*What is required:*
Filter the data for lines with the word "DIRECTION" and copy those lines.

Start of Source data

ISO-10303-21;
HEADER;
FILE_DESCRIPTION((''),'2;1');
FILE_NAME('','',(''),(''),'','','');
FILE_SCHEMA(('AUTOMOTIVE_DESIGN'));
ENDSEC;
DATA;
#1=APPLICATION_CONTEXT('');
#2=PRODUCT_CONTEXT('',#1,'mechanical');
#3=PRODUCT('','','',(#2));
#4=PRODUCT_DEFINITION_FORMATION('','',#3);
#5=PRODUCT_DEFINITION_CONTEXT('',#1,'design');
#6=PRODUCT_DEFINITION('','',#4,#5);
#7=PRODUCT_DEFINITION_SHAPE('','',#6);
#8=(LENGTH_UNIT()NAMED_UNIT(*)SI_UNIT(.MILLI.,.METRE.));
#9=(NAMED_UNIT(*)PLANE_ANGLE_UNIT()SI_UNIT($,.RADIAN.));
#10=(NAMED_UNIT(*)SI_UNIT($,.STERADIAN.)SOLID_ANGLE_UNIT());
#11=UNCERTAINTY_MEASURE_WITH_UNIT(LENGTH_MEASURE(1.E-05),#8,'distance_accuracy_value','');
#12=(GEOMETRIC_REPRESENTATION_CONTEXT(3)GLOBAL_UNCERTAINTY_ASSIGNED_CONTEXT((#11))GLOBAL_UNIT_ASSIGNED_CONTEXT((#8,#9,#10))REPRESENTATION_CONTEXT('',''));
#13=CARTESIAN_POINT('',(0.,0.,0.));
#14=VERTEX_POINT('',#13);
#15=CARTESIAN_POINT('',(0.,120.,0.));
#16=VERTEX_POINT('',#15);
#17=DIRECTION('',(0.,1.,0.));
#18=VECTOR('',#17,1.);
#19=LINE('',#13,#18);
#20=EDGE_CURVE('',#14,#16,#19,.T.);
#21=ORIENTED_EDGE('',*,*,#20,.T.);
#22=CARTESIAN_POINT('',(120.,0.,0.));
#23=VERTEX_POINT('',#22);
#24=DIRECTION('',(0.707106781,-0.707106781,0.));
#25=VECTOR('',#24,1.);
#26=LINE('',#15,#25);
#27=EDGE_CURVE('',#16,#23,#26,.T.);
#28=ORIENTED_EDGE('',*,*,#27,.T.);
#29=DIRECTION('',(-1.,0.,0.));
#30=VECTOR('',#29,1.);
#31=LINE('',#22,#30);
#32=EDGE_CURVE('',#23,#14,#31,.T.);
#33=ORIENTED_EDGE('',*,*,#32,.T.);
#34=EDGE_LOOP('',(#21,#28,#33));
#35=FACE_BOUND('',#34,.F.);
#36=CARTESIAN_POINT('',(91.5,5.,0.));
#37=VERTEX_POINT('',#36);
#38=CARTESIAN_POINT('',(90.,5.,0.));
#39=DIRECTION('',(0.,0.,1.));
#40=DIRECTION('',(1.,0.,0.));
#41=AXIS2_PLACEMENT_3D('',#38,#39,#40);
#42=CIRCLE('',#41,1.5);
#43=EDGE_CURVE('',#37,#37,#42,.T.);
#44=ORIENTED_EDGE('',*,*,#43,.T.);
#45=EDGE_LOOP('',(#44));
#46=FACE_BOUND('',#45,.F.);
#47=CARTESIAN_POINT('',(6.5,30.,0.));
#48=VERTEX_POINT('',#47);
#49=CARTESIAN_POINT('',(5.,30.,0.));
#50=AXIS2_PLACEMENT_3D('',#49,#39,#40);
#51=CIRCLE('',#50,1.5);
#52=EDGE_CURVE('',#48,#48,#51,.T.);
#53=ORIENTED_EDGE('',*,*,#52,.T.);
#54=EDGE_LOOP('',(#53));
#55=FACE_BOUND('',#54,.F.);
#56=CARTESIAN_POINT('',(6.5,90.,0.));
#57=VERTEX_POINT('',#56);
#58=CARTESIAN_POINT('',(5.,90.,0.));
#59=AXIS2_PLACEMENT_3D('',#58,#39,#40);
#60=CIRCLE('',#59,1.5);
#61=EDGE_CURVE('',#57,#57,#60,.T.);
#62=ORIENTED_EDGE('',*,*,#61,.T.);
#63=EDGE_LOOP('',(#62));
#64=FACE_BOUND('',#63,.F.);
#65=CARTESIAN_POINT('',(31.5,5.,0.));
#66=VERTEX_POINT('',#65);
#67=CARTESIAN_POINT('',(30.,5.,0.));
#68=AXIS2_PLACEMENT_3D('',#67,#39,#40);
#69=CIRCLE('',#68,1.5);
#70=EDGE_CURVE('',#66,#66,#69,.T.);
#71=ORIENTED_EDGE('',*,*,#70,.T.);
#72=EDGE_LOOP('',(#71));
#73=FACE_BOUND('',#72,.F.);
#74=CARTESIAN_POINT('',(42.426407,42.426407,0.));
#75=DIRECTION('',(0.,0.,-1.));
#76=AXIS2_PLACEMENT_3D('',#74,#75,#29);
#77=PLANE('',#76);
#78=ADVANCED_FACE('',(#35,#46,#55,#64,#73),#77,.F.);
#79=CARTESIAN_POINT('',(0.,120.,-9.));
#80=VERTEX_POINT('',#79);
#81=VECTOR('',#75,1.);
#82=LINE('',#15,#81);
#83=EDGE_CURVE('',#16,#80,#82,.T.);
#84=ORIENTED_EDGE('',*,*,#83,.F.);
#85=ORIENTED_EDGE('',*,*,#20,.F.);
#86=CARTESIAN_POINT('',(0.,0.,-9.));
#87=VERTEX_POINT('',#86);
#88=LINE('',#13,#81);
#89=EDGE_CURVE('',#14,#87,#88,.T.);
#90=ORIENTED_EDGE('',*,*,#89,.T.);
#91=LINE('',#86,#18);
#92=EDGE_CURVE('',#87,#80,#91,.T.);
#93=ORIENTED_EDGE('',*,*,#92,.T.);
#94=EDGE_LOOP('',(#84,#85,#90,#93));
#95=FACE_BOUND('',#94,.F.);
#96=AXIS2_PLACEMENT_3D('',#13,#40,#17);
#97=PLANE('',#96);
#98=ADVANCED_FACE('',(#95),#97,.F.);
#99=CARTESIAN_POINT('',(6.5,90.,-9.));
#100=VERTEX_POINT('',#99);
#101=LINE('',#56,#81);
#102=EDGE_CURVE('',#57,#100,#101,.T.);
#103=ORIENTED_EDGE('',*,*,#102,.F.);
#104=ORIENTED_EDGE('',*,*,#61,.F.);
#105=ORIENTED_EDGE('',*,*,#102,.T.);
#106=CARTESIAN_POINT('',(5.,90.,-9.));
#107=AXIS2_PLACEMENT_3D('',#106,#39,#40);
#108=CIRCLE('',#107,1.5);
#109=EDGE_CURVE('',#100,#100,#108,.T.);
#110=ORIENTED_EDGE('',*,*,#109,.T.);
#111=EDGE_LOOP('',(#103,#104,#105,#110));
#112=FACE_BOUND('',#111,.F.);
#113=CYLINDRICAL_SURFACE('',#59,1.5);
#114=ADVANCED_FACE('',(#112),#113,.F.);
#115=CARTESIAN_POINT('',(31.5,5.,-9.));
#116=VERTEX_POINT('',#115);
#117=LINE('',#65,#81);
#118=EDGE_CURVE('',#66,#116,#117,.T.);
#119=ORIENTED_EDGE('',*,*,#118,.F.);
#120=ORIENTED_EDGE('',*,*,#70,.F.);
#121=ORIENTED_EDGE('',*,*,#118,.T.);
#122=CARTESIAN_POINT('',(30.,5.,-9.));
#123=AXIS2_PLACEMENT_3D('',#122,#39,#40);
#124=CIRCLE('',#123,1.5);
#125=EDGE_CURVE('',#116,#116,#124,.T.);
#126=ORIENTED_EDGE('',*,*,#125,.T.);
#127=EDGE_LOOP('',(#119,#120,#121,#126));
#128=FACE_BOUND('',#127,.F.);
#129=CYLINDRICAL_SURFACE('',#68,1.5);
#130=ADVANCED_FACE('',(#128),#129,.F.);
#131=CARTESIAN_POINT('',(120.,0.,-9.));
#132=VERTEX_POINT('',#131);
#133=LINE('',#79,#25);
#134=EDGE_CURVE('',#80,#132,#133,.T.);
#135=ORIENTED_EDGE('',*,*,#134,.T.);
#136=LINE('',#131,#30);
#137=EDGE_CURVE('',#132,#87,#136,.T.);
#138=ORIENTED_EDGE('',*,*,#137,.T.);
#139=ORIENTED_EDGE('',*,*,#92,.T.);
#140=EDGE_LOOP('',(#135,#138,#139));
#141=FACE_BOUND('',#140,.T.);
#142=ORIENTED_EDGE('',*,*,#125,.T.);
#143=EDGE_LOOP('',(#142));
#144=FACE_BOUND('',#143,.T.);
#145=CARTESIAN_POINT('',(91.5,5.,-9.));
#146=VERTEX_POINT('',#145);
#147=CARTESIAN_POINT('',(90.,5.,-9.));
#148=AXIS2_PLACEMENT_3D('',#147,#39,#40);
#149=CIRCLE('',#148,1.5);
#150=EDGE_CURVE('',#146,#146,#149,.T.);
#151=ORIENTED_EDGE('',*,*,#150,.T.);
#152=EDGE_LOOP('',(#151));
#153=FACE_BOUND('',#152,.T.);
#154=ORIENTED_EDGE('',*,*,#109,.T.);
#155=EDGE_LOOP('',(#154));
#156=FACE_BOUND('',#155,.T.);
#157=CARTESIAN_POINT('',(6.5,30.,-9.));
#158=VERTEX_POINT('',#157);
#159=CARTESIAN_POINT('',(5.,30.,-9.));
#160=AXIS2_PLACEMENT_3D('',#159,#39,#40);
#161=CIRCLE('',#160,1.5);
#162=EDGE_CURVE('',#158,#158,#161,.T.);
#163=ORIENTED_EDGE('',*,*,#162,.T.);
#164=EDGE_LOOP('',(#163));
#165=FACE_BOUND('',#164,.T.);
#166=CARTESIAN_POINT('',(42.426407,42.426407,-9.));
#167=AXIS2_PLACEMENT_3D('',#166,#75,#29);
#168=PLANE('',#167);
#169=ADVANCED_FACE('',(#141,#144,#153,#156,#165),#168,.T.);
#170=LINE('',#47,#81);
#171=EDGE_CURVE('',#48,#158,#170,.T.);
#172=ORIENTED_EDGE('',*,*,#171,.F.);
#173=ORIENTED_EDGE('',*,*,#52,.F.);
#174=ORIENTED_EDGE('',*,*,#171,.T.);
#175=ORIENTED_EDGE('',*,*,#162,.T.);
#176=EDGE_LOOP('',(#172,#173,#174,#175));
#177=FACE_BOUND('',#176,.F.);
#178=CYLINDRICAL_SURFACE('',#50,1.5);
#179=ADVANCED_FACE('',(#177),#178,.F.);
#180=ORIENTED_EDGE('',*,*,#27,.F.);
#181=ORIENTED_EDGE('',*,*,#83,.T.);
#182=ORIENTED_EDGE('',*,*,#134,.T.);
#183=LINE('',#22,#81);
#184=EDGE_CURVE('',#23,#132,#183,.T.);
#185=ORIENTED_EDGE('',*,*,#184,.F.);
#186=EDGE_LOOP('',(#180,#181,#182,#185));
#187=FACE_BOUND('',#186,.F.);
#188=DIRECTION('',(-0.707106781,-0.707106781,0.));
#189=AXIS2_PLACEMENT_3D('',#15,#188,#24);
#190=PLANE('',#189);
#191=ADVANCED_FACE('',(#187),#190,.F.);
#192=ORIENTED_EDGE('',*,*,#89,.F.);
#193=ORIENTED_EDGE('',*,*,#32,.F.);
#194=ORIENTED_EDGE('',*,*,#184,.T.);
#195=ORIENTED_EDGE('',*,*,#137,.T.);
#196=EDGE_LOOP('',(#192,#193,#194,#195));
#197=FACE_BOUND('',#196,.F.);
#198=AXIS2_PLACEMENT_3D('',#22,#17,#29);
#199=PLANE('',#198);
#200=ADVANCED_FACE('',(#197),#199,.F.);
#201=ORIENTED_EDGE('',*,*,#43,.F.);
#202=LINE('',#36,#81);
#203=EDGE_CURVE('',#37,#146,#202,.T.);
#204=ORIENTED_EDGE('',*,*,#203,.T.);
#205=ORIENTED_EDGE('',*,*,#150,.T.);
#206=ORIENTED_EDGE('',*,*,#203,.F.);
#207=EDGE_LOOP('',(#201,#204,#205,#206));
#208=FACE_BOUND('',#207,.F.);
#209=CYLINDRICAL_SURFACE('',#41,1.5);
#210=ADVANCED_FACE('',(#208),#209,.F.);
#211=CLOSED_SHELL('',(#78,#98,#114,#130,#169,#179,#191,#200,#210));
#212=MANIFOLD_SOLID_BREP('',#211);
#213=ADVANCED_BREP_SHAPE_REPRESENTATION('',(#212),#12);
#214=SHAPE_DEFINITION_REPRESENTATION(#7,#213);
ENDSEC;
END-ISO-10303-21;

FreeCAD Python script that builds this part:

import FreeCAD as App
import Part
import Sketcher

V = App.Vector
Q = App.Units.Quantity

doc = App.newDocument("Part")
body = doc.addObject("PartDesign::Body", "Body")

# Sketch on XY plane
sketch1 = doc.addObject("Sketcher::SketchObject", "Sketch")
body.addObject(sketch1)
sketch1.AttachmentSupport = (doc.XY_Plane, [""])
sketch1.MapMode = "FlatFace"
sketch1.addGeometry([
    Part.LineSegment(V(0, 120, 0), V(0, 0, 0)),
    Part.LineSegment(V(0, 0, 0), V(120, 0, 0)),
    Part.LineSegment(V(120, 0, 0), V(0, 120, 0)),
], False)
sketch1.addConstraint([
    Sketcher.Constraint("Coincident", 0, 2, 1, 1),
    Sketcher.Constraint("Coincident", 1, 2, 2, 1),
    Sketcher.Constraint("Coincident", 2, 2, 0, 1),
    Sketcher.Constraint("Vertical", 0),
    Sketcher.Constraint("Horizontal", 1),
    Sketcher.Constraint("Coincident", 0, 2, -1, 1),
    Sketcher.Constraint("Equal", 1, 0),
    Sketcher.Constraint("DistanceX", 1, 1, 1, 2, Q("120 mm")),
])
pad1 = doc.addObject("PartDesign::Pad", "Pad")
body.addObject(pad1)
pad1.Profile = sketch1
pad1.Length = 9
pad1.Reversed = True

# Sketch on XY plane
sketch2 = doc.addObject("Sketcher::SketchObject", "Sketch001")
body.addObject(sketch2)
sketch2.AttachmentSupport = (doc.XY_Plane, [""])
sketch2.MapMode = "FlatFace"
sketch2.addGeometry([
    Part.Circle(V(5, 30, 0), V(0, 0, 1), 1.5),
    Part.Circle(V(5, 90, 0), V(0, 0, 1), 1.5),
    Part.Circle(V(30, 5, 0), V(0, 0, 1), 1.5),
    Part.Circle(V(90, 5, 0), V(0, 0, 1), 1.5),
], False)
sketch2.addConstraint([
    Sketcher.Constraint("Equal", 0, 1),
    Sketcher.Constraint("Equal", 1, 2),
    Sketcher.Constraint("Equal", 2, 3),
    Sketcher.Constraint("Horizontal", 2, 3, 3, 3),
    Sketcher.Constraint("Vertical", 0, 3, 1, 3),
    Sketcher.Constraint("Diameter", 0, Q("3 mm")),
    Sketcher.Constraint("DistanceX", -1, 1, 0, 3, Q("5 mm")),
    Sketcher.Constraint("DistanceY", -1, 1, 0, 3, Q("30 mm")),
    Sketcher.Constraint("DistanceY", -1, 1, 1, 3, Q("90 mm")),
    Sketcher.Constraint("DistanceX", -1, 1, 2, 3, Q("30 mm")),
    Sketcher.Constraint("DistanceY", -1, 1, 2, 3, Q("5 mm")),
    Sketcher.Constraint("DistanceX", -1, 1, 3, 3, Q("90 mm")),
])
pocket1 = doc.addObject("PartDesign::Pocket", "Pocket")
body.addObject(pocket1)
pocket1.Profile = sketch2
pocket1.Type = "ThroughAll"

doc.recompute()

End of Source data

*Answer for the task:*
#17=DIRECTION('',(0.,1.,0.));
#24=DIRECTION('',(0.707106781,-0.707106781,0.));
#29=DIRECTION('',(-1.,0.,0.));
#39=DIRECTION('',(0.,0.,1.));
#40=DIRECTION('',(1.,0.,0.));
#75=DIRECTION('',(0.,0.,-1.));
#188=DIRECTION('',(-0.707106781,-0.707106781,0.));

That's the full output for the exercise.